Over a decade since release, Superbrothers: Sword & Sworcery EP is still a game worth pondering for how it avoids being a game at all. One of the first breakout iPad titles, it exploits the platform’s multimedia cachet to wander playfully and abrasively across boundaries between artforms, genres and technologies. On some level it is Zelda, the tale of a wanderer’s accidental rousing of a skull-headed spectre that must be purged by collecting the pieces of a cosmic triangle. But it is also Twitter, with inner monologues filling a scrolling feed, and writing that walks a line between decadently self-important and goofing off about lore. It’s a pixelart realm of winding paths and chiselled shadows, but also a self-mythologising prog rock album – there’s an alternate dimension you access by flipping the phonograph disc on the title screen. It’s a rhythm game, too, with puzzles that evoke Garage Band and boss fights that recall the UFO DJ dialogues of Close Encounters of the Third Kind. It’s many different, ill-matched things, but it always feels complete, thanks not least to Jim Guthrie’s chirpy yet fathomless electronic score.
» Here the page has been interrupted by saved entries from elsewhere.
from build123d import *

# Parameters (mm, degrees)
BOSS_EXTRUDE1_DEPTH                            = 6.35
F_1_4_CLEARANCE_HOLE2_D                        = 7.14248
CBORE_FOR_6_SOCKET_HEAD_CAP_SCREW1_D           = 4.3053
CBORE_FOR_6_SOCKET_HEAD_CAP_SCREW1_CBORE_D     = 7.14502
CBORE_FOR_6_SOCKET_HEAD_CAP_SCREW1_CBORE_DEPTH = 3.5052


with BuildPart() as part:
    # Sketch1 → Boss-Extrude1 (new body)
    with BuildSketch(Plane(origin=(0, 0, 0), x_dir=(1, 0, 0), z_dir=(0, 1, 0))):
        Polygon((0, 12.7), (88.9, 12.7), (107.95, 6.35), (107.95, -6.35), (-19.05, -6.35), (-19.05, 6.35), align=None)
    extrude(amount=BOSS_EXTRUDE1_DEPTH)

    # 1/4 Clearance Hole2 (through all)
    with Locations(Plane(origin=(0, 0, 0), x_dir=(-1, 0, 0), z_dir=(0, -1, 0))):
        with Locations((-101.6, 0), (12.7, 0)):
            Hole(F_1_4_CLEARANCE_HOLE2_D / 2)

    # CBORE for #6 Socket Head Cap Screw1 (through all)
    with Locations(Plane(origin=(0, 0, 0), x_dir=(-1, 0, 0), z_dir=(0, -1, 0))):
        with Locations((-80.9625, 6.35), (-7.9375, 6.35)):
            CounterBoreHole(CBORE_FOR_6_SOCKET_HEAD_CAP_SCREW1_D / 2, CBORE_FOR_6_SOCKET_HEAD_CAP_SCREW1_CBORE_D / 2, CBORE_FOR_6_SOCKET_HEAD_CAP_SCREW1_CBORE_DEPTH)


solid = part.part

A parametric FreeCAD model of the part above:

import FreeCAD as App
import Part
import Sketcher

V = App.Vector
Q = App.Units.Quantity

doc = App.newDocument("Part")
body = doc.addObject("PartDesign::Body", "Body")

# Sketch on XZ plane
sketch1 = doc.addObject("Sketcher::SketchObject", "Sketch")
body.addObject(sketch1)
sketch1.AttachmentSupport = (doc.XZ_Plane, [""])
sketch1.MapMode = "FlatFace"
sketch1.addGeometry(Part.LineSegment(V(89, -13, 0), V(0, -13, 0)), False)
sketch1.addGeometry(Part.LineSegment(V(0, -13, 0), V(-19, -6, 0)), False)
sketch1.addGeometry(Part.LineSegment(V(-19, -6, 0), V(-19, 6, 0)), False)
sketch1.addGeometry(Part.LineSegment(V(-19, 6, 0), V(108, 6, 0)), False)
sketch1.addGeometry(Part.LineSegment(V(108, 6, 0), V(108, -6, 0)), False)
sketch1.addGeometry(Part.LineSegment(V(108, -6, 0), V(89, -13, 0)), False)
sketch1.addConstraint(Sketcher.Constraint("Coincident", 0, 2, 1, 1))
sketch1.addConstraint(Sketcher.Constraint("Coincident", 1, 2, 2, 1))
sketch1.addConstraint(Sketcher.Constraint("Coincident", 2, 2, 3, 1))
sketch1.addConstraint(Sketcher.Constraint("Coincident", 3, 2, 4, 1))
sketch1.addConstraint(Sketcher.Constraint("Coincident", 4, 2, 5, 1))
sketch1.addConstraint(Sketcher.Constraint("Coincident", 5, 2, 0, 1))
sketch1.addConstraint(Sketcher.Constraint("Horizontal", 0))
sketch1.addConstraint(Sketcher.Constraint("Vertical", 2))
sketch1.addConstraint(Sketcher.Constraint("Horizontal", 3))
sketch1.addConstraint(Sketcher.Constraint("Vertical", 4))
sketch1.addConstraint(Sketcher.Constraint("PointOnObject", 0, 2, -2))
sketch1.addConstraint(Sketcher.Constraint("Horizontal", 1, 2, 4, 2))
sketch1.addConstraint(Sketcher.Constraint("Equal", 1, 5))
sketch1.addConstraint(Sketcher.Constraint("DistanceX", 3, 1, 3, 2, Q("5 in")))
sketch1.addConstraint(Sketcher.Constraint("DistanceX", 0, 2, 0, 1, Q("3.5 in")))
sketch1.addConstraint(Sketcher.Constraint("DistanceY", 2, 1, 2, 2, Q("0.5 in")))
sketch1.addConstraint(Sketcher.Constraint("DistanceY", 0, 2, -1, 1, Q("0.5 in")))
sketch1.addConstraint(Sketcher.Constraint("DistanceY", 1, 2, -1, 1, Q("0.25 in")))
pad1 = doc.addObject("PartDesign::Pad", "Pad")
body.addObject(pad1)
pad1.Profile = sketch1
pad1.Length = Q("0.25 in")
pad1.Reversed = True

# Sketch on XZ plane
sketch2 = doc.addObject("Sketcher::SketchObject", "Sketch001")
body.addObject(sketch2)
sketch2.AttachmentSupport = (doc.XZ_Plane, [""])
sketch2.MapMode = "FlatFace"
sketch2.addGeometry(Part.Circle(V(101.6, 0, 0), V(0, 0, 1), 3.6), False)
sketch2.addGeometry(Part.Circle(V(-12.7, 0, 0), V(0, 0, 1), 3.6), False)
sketch2.addConstraint(Sketcher.Constraint("Equal", 0, 1))
sketch2.addConstraint(Sketcher.Constraint("PointOnObject", 0, 3, -1))
sketch2.addConstraint(Sketcher.Constraint("PointOnObject", 1, 3, -1))
sketch2.addConstraint(Sketcher.Constraint("DistanceX", -1, 1, 0, 3, Q("4 in")))
sketch2.addConstraint(Sketcher.Constraint("Diameter", 0, Q("0.2812 in")))
sketch2.addConstraint(Sketcher.Constraint("DistanceX", 1, 3, -1, 1, Q("0.5 in")))
doc.recompute()
hole = doc.addObject("PartDesign::Hole", "Hole")
body.addObject(hole)
hole.Profile = sketch2
hole.ThreadType = "None"
hole.Diameter = Q("0.2812 in")
hole.DepthType = "ThroughAll"

# Sketch on XZ plane
sketch3 = doc.addObject("Sketcher::SketchObject", "Sketch002")
body.addObject(sketch3)
sketch3.AttachmentSupport = (doc.XZ_Plane, [""])
sketch3.MapMode = "FlatFace"
sketch3.addGeometry(Part.Circle(V(81, -6.3, 0), V(0, 0, 1), 2.2), False)
sketch3.addGeometry(Part.Circle(V(7.9, -6.3, 0), V(0, 0, 1), 2.2), False)
sketch3.addConstraint(Sketcher.Constraint("Equal", 0, 1))
sketch3.addConstraint(Sketcher.Constraint("Horizontal", 0, 3, 1, 3))
sketch3.addConstraint(Sketcher.Constraint("Diameter", 0, Q("0.1695 in")))
sketch3.addConstraint(Sketcher.Constraint("DistanceY", 0, 3, -1, 1, Q("0.25 in")))
sketch3.addConstraint(Sketcher.Constraint("DistanceX", -1, 1, 0, 3, Q("3.1875 in")))
sketch3.addConstraint(Sketcher.Constraint("DistanceX", -1, 1, 1, 3, Q("0.3125 in")))
doc.recompute()
hole2 = doc.addObject("PartDesign::Hole", "Hole001")
body.addObject(hole2)
hole2.Profile = sketch3
hole2.ThreadType = "None"
hole2.Diameter = Q("0.1695 in")
hole2.DepthType = "ThroughAll"
hole2.HoleCutType = "Counterbore"
hole2.HoleCutDiameter = Q("0.2813 in")
hole2.HoleCutDepth = Q("0.138 in")

doc.recompute()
Superbrothers’ long-awaited second game, by contrast, is always shaking itself apart. A tale of new beginnings that mixes Star Fox with Tacoma, Jett: The Far Shore has marvellous ideas and a few moments of brilliance, but the moving parts interfere with each other constantly. It’s a work of useful vision in the age of Elon Musk, positing a non-Western, non-capitalist space programme in which religion and science hold equal sway. Its world-building is unmatched – there’s a voiced language of the developer’s own invention, subtitled in whimsical, mannered English (to give you a taster, impacts are “wallops”, dangers are “shuddersome”, and falling unconscious is “going adrift”). But as stories about settling other planets go, it’s curiously devoid of things to say beyond broaching the risk of Doing an Imperialism, and its key takeaways are blunted by the sheer aggravation of playing.